The records START

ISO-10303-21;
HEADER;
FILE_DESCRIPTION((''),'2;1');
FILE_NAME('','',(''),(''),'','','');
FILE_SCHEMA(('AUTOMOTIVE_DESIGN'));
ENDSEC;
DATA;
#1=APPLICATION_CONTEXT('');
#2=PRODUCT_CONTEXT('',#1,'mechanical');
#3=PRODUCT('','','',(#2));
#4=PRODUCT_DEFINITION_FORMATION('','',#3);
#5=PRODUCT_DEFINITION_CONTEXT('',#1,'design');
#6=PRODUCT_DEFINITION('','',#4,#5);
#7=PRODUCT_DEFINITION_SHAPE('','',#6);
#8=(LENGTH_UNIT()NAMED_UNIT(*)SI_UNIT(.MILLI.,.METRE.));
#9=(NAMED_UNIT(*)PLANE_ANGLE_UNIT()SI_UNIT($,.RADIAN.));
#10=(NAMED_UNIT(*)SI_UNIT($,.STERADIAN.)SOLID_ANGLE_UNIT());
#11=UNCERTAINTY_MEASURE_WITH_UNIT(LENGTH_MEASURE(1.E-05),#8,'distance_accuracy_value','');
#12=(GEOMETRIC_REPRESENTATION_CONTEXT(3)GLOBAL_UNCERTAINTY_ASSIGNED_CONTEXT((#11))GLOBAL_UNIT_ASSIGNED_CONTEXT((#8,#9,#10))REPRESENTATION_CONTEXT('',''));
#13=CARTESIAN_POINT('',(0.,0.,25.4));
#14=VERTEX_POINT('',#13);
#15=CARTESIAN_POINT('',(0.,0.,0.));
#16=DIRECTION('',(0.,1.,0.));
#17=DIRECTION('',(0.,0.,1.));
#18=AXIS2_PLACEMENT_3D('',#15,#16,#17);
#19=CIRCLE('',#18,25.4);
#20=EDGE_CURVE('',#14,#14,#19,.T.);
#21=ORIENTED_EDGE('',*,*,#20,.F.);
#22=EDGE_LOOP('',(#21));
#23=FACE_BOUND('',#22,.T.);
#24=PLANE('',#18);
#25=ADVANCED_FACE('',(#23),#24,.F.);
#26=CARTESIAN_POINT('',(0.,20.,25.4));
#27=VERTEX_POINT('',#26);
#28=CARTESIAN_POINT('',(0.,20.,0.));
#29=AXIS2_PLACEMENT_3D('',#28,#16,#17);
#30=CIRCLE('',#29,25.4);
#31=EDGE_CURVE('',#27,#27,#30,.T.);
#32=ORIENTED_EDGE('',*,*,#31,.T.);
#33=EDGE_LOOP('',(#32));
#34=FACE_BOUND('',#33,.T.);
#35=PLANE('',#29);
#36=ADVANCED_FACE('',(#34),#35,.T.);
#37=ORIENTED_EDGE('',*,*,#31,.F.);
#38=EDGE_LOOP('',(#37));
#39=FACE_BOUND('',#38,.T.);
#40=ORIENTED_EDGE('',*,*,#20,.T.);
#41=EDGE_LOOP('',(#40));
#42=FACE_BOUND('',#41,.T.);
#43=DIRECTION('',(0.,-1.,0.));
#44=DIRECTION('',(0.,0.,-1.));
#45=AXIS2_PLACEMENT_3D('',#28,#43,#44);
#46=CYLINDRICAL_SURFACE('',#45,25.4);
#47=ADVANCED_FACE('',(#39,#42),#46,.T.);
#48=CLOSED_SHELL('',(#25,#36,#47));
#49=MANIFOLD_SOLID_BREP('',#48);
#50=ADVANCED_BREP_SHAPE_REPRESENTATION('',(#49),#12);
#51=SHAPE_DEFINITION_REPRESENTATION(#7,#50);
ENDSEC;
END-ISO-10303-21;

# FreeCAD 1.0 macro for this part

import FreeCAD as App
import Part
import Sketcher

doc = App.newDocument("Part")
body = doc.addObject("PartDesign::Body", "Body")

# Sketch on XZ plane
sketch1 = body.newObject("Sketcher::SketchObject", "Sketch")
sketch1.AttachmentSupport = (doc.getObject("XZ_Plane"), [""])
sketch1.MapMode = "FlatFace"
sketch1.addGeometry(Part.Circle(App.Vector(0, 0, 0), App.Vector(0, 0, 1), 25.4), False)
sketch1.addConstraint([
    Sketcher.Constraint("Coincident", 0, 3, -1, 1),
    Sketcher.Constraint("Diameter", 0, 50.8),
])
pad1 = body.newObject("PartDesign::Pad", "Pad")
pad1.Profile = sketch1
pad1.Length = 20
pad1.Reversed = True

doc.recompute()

The records END
The records START

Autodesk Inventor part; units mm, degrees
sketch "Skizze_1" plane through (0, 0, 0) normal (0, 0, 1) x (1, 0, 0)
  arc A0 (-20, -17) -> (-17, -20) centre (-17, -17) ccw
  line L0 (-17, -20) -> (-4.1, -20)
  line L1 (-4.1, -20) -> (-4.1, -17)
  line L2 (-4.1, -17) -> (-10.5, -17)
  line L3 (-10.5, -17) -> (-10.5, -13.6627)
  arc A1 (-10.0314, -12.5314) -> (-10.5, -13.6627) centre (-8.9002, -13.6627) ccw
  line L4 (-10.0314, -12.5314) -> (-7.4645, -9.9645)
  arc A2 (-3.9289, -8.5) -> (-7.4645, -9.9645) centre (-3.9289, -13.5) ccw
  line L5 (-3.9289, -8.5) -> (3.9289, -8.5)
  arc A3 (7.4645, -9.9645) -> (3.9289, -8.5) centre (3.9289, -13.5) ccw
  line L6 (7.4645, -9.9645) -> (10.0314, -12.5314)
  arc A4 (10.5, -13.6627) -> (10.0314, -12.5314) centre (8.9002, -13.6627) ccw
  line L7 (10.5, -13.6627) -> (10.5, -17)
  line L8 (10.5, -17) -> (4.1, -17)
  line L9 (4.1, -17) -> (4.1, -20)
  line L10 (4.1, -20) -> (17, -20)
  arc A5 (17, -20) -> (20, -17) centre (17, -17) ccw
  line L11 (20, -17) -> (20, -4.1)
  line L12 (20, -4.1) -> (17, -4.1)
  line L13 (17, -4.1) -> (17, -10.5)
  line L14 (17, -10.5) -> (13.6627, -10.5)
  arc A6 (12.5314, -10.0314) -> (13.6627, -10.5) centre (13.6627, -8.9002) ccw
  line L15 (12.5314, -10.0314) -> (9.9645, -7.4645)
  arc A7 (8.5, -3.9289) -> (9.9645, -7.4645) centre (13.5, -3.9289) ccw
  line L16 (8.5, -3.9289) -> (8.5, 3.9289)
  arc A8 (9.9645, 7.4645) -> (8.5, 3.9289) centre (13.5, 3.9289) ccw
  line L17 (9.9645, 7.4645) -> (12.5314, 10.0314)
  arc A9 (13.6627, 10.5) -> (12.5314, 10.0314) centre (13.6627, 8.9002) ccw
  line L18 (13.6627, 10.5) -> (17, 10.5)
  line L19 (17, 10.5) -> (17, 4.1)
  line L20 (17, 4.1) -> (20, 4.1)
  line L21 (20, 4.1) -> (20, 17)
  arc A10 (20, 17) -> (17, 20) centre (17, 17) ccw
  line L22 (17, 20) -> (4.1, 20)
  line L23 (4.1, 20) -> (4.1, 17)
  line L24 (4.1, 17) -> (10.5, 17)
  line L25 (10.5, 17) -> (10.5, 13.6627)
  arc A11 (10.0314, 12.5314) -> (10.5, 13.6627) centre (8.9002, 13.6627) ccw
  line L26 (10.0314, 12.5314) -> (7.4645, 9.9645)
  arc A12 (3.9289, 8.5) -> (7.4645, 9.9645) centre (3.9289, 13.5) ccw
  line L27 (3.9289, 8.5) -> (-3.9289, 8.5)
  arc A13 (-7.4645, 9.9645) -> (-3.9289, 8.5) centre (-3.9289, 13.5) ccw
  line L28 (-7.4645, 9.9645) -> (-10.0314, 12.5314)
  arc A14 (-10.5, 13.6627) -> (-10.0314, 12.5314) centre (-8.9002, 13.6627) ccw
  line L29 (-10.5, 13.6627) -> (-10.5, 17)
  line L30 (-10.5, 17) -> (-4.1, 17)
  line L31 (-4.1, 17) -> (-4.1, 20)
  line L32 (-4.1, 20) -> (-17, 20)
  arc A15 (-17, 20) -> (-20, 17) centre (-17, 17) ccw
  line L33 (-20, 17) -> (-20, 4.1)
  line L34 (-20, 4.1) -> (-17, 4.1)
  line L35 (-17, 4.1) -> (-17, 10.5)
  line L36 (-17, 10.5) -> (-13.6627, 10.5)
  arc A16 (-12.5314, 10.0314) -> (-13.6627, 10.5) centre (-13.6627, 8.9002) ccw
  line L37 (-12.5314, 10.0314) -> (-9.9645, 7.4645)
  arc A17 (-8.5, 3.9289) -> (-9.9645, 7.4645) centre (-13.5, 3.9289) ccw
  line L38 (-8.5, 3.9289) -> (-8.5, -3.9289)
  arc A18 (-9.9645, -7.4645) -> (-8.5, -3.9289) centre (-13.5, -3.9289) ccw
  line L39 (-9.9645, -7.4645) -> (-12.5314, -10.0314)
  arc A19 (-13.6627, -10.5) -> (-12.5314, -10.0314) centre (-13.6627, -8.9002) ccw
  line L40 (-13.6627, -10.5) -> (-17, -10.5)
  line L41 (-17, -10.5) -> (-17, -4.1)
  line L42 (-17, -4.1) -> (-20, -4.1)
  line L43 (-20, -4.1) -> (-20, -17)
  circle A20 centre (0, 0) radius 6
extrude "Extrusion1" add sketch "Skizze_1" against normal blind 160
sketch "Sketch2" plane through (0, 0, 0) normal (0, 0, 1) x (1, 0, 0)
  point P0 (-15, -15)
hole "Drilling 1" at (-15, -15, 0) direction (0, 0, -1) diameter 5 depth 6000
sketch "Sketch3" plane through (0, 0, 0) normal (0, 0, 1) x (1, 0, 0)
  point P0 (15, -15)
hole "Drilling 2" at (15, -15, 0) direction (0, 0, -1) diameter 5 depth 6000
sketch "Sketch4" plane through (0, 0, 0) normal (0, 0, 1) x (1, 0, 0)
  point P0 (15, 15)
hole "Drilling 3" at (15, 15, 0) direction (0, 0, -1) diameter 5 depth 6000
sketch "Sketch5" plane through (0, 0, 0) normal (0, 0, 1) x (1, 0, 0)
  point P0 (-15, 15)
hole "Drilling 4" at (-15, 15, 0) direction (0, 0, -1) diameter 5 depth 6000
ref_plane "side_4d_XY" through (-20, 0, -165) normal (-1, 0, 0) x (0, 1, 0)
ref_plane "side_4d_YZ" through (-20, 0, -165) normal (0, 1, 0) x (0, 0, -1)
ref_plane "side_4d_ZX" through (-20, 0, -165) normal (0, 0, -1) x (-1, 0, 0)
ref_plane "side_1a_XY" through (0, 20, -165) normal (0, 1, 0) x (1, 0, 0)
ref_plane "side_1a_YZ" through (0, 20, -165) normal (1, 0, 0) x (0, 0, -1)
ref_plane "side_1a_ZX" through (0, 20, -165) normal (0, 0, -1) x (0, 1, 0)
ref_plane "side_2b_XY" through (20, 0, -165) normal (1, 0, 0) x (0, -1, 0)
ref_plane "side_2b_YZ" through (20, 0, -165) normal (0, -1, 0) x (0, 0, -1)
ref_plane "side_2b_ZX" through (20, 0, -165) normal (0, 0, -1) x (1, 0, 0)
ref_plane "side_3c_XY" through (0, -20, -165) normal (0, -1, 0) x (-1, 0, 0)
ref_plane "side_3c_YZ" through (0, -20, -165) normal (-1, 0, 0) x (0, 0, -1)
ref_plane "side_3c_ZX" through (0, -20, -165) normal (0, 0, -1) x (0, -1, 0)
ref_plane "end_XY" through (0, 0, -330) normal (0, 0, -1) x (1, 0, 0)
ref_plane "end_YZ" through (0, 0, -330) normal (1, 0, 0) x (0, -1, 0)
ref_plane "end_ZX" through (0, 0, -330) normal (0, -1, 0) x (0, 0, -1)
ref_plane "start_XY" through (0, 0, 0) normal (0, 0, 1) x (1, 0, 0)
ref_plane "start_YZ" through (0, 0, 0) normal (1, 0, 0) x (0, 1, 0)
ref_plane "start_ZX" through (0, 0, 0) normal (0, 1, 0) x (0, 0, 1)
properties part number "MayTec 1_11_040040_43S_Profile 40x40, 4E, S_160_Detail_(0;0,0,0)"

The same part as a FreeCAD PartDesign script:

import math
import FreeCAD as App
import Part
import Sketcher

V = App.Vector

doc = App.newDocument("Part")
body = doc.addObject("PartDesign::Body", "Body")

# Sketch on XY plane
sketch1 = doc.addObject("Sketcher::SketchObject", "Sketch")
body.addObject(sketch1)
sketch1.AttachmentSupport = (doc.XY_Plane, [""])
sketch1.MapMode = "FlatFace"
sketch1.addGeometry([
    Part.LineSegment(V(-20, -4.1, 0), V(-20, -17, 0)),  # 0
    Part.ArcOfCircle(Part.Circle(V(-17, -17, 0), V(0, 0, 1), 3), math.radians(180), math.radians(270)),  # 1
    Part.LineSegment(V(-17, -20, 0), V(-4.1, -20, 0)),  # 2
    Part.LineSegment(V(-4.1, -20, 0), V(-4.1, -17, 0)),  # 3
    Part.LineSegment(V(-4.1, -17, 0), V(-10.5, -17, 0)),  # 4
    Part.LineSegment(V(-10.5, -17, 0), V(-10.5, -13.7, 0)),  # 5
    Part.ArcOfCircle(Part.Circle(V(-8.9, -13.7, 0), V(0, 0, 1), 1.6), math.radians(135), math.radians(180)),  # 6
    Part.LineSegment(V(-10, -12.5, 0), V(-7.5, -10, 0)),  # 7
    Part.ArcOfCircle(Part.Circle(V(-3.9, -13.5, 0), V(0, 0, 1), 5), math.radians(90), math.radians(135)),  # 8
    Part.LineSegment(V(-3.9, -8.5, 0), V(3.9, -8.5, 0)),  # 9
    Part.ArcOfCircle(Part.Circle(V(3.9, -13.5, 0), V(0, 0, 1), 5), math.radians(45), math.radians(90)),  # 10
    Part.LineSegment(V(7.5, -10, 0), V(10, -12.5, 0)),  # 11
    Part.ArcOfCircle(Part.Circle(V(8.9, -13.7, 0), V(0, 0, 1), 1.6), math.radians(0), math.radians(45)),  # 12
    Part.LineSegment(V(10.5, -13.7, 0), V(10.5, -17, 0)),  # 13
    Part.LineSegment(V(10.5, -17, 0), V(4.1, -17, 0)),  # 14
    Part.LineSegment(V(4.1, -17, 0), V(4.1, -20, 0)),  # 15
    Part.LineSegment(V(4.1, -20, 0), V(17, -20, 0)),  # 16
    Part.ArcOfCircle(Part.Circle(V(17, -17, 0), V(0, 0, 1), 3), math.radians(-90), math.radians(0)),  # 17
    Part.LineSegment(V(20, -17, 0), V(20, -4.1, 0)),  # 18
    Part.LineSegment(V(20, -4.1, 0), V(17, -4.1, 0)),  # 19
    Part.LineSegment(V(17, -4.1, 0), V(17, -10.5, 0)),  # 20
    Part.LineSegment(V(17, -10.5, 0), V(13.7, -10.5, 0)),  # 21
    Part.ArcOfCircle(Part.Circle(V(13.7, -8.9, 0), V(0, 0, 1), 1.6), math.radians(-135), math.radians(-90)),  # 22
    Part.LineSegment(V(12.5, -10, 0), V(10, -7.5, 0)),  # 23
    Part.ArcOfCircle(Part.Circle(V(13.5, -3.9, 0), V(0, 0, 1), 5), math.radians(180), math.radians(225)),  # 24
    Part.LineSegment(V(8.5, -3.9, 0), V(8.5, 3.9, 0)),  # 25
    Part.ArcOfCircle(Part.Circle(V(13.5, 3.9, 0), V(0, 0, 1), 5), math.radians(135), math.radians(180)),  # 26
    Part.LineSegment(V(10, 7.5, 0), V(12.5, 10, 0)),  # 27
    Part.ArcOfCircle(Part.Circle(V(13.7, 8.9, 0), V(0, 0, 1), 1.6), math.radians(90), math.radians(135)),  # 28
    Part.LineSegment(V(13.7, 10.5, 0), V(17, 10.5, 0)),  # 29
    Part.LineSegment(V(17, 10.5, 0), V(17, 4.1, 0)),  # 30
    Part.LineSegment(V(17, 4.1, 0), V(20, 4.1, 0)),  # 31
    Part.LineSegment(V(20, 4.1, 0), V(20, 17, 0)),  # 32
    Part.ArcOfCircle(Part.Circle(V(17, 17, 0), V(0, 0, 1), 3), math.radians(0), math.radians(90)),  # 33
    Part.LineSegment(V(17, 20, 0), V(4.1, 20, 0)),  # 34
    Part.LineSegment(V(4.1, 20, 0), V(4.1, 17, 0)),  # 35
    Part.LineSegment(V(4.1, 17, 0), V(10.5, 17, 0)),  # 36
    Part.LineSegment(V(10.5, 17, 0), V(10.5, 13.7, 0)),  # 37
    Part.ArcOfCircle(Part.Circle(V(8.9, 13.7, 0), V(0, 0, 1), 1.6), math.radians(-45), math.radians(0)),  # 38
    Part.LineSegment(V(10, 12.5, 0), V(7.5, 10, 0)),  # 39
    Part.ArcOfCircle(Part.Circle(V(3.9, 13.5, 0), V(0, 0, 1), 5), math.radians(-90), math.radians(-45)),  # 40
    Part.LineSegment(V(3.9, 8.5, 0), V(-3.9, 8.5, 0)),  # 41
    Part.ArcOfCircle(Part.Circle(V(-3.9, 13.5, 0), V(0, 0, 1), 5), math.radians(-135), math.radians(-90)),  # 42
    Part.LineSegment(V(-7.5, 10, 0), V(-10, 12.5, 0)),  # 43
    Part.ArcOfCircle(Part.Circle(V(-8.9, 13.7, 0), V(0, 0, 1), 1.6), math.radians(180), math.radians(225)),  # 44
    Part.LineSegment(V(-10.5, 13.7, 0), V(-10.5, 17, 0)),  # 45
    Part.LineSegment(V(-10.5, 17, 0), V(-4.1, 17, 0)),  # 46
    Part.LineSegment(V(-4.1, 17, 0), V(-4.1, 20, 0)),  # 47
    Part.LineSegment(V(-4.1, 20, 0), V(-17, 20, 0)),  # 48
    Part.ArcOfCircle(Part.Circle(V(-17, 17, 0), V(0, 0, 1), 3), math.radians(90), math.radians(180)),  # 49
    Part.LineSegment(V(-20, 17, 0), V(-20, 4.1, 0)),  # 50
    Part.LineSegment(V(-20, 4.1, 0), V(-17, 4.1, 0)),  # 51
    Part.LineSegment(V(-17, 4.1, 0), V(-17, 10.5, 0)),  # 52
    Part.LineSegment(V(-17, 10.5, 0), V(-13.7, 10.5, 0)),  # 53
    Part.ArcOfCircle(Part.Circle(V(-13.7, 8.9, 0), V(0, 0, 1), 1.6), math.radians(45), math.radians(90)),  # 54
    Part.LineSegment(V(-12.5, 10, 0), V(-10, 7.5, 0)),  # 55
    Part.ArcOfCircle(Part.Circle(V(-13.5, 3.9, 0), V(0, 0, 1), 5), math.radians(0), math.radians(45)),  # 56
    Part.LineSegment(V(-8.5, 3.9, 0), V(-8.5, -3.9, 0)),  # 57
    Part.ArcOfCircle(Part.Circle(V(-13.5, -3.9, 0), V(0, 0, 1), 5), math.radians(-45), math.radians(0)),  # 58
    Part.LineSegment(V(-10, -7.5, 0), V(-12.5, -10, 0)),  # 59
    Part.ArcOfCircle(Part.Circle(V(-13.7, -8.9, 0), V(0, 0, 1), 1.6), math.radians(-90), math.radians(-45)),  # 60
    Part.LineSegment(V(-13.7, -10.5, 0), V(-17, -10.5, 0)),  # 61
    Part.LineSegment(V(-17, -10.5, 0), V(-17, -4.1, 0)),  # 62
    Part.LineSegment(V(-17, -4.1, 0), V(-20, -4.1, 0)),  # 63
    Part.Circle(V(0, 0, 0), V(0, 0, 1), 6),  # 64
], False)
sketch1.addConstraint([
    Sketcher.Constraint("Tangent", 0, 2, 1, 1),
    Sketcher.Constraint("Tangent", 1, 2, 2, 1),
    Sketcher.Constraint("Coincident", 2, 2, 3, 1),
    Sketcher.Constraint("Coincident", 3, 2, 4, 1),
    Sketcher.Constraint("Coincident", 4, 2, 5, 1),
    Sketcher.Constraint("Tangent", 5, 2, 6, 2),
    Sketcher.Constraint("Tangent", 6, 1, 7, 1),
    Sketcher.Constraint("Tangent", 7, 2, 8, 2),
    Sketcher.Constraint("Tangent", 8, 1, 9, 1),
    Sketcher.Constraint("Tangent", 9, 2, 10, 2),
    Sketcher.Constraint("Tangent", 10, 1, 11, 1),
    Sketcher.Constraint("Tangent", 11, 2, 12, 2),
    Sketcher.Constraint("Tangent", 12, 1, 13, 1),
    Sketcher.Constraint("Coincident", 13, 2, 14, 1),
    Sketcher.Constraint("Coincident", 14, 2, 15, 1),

The records END

- _Try it_:
Of the entries above, repeat exactly the lines from the line with "(1, 0, 0) x (0, 0, -1)" through the line with "The same part", both of them included.

- _Solution_:
ref_plane "side_1a_YZ" through (0, 20, -165) normal (1, 0, 0) x (0, 0, -1)
ref_plane "side_1a_ZX" through (0, 20, -165) normal (0, 0, -1) x (0, 1, 0)
ref_plane "side_2b_XY" through (20, 0, -165) normal (1, 0, 0) x (0, -1, 0)
ref_plane "side_2b_YZ" through (20, 0, -165) normal (0, -1, 0) x (0, 0, -1)
ref_plane "side_2b_ZX" through (20, 0, -165) normal (0, 0, -1) x (1, 0, 0)
ref_plane "side_3c_XY" through (0, -20, -165) normal (0, -1, 0) x (-1, 0, 0)
ref_plane "side_3c_YZ" through (0, -20, -165) normal (-1, 0, 0) x (0, 0, -1)
ref_plane "side_3c_ZX" through (0, -20, -165) normal (0, 0, -1) x (0, -1, 0)
ref_plane "end_XY" through (0, 0, -330) normal (0, 0, -1) x (1, 0, 0)
ref_plane "end_YZ" through (0, 0, -330) normal (1, 0, 0) x (0, -1, 0)
ref_plane "end_ZX" through (0, 0, -330) normal (0, -1, 0) x (0, 0, -1)
ref_plane "start_XY" through (0, 0, 0) normal (0, 0, 1) x (1, 0, 0)
ref_plane "start_YZ" through (0, 0, 0) normal (1, 0, 0) x (0, 1, 0)
ref_plane "start_ZX" through (0, 0, 0) normal (0, 1, 0) x (0, 0, 1)
properties part number "MayTec 1_11_040040_43S_Profile 40x40, 4E, S_160_Detail_(0;0,0,0)"

The same part as a FreeCAD PartDesign script:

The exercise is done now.